10 Nisan 2022 Pazar

Ölüm Neferi Ceddil (Kelime Oyunu 71)


 Merhabalar. Her hafta verilen 5 kelime ile ilgili öykü, şiir, deneme yazabiliyoruz. Bu haftanın kelimeleri: Çığ, çekmece, rüya, avuç, oda



 Güneş dağların ardında batıyor, bulutlar bir ressamın elinden çıkmışçasına kızıla bürünüyordu. Akşam meltemi tepelerde esiyordu. Ceddil atları ağaca bağladıktan sonra Azaka onların su ve yemlerini verdi. Yorgun halde çimlere oturan Azaka bir şişe suyu başına dikti, kana kana içti. Ardından ağzını silip şişeyi çantaya koydu. “Bir şey mi oldu? Bugün fazla durgunsun.”

 “Son günlerde  garip rüyalar görüyorum. Şu şeyle ilgili...” dedi Ceddil ellerine bakarak.

 “Anlıyorum. Bilinçaltına işleyen bir şeyden kurtulman kolay olmaz. Hepsinin geride kaldığına inanıyorum artık korkman için bir sebep yok.”

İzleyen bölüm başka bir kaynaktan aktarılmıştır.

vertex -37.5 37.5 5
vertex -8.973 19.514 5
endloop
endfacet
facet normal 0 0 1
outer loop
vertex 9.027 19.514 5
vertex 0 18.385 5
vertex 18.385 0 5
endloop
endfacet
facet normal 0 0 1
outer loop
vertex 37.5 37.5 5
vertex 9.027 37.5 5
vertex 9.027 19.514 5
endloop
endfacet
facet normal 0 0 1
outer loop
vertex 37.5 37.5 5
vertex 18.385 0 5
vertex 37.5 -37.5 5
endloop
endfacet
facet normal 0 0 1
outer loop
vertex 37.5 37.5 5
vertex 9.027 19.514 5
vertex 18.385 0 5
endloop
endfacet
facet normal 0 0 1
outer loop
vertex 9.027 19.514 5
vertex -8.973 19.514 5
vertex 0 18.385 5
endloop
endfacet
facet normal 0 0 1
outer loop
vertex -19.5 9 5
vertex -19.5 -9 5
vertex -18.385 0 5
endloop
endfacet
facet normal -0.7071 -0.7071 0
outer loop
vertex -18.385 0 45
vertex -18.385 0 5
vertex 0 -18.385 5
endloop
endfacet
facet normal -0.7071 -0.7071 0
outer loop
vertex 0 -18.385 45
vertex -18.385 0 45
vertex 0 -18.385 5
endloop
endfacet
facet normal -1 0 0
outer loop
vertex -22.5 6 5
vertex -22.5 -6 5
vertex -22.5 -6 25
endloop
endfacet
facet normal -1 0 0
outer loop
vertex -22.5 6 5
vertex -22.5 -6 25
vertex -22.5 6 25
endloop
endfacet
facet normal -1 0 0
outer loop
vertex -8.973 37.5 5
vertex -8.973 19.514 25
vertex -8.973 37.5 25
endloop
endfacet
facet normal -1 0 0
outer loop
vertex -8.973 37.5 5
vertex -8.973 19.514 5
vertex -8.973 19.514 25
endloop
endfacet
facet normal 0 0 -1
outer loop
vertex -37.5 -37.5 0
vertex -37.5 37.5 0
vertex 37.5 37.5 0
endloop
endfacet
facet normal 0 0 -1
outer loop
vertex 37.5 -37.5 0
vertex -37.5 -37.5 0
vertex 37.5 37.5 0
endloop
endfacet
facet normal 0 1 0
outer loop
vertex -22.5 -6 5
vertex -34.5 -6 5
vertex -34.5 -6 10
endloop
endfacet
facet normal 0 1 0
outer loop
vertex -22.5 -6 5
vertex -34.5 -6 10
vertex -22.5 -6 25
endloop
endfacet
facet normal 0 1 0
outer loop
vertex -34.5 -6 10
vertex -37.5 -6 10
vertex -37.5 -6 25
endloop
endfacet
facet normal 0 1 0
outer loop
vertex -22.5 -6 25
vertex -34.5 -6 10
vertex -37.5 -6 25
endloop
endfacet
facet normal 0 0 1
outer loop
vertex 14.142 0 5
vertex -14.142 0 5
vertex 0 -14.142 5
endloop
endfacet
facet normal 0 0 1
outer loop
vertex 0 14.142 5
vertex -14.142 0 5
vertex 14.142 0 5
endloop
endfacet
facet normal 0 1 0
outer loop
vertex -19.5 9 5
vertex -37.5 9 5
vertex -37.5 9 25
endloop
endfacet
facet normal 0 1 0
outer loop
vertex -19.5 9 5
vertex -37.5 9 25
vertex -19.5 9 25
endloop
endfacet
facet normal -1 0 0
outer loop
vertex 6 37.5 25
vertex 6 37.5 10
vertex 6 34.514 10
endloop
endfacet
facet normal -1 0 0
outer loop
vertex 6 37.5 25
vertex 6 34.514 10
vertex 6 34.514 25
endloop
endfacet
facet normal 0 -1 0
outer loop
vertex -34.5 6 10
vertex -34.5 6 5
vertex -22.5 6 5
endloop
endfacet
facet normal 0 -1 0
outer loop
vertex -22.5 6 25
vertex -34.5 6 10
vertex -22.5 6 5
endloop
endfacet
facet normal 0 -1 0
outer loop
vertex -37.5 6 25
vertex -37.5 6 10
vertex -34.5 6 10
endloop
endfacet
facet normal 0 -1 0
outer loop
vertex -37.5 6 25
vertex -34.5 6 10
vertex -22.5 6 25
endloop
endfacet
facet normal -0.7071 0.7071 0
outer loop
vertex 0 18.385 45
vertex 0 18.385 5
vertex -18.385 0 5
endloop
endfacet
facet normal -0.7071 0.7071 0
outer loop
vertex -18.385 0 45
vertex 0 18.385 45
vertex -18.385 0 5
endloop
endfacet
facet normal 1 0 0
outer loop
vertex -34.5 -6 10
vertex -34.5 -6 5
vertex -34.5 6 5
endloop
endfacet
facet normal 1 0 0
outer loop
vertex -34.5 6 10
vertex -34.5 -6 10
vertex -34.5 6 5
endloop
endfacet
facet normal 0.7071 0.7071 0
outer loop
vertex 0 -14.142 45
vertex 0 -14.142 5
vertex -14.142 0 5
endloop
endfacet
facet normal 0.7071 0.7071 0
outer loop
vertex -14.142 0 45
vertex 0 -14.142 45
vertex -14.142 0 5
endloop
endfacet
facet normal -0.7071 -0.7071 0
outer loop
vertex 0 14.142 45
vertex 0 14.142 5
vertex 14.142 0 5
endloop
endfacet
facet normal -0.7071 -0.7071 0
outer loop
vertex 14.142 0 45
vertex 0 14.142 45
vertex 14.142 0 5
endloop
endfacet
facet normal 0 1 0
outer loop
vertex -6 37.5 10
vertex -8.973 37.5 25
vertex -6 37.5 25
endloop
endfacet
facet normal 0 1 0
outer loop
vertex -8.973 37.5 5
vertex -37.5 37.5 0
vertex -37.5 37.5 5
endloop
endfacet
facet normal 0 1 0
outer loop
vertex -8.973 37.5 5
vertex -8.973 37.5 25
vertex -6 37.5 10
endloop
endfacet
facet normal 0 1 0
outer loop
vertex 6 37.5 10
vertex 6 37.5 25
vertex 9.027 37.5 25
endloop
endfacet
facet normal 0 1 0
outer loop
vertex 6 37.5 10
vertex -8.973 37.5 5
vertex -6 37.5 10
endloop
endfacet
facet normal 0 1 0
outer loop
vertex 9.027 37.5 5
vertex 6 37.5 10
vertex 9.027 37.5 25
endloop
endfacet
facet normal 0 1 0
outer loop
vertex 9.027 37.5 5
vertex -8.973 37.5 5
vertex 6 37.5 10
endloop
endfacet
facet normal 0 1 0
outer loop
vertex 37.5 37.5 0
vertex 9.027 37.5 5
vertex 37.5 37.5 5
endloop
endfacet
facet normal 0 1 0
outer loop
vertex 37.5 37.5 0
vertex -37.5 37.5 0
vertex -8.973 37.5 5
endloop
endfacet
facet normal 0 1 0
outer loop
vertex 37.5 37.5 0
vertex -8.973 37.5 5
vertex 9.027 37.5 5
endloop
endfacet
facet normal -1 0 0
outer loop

 “Tekrar etmesinden korkuyorum, ne zaman ne olacağını bilememek çok yıpratıcı.”

 “Daha önce nasıl üstesinden geldiysen yine gelirsin. Ve ben seni yanlış bir şey yapmaktan uzak tutacağım. Hadi takma artık kafana, hava iyice kararmadan yerleşelim.”

 Ceddil neşelenmek için zorladı kendini, Azaka’dan daha fazla öğüt dinlemek istemiyordu. Eskiden ele avuca sığmaz biriyken içinde bulunduğu çıkmaz onu zamanla ehlileştirmişti. Karamsarlık ruhuna tersti ama Ölüm Neferi olduğu gerçeğiyle yüzleştiğinden beri hayatı alt üst olmuştu. Sırt çantasındaki uyku tulumunu ve diğer malzemeleri çıkarırken ağaçların arasındaki bir şey gözüne çarptı. Hızla dönüp baktığında herhangi birini göremedi. “Yorgunluktan galiba,” diye mırıldandı. Sabahtan beri çok yol kat etmişken kim onları takip edebilirdi? Yine de gecenin geri kalanında huzursuzluk yakasını bırakmadı.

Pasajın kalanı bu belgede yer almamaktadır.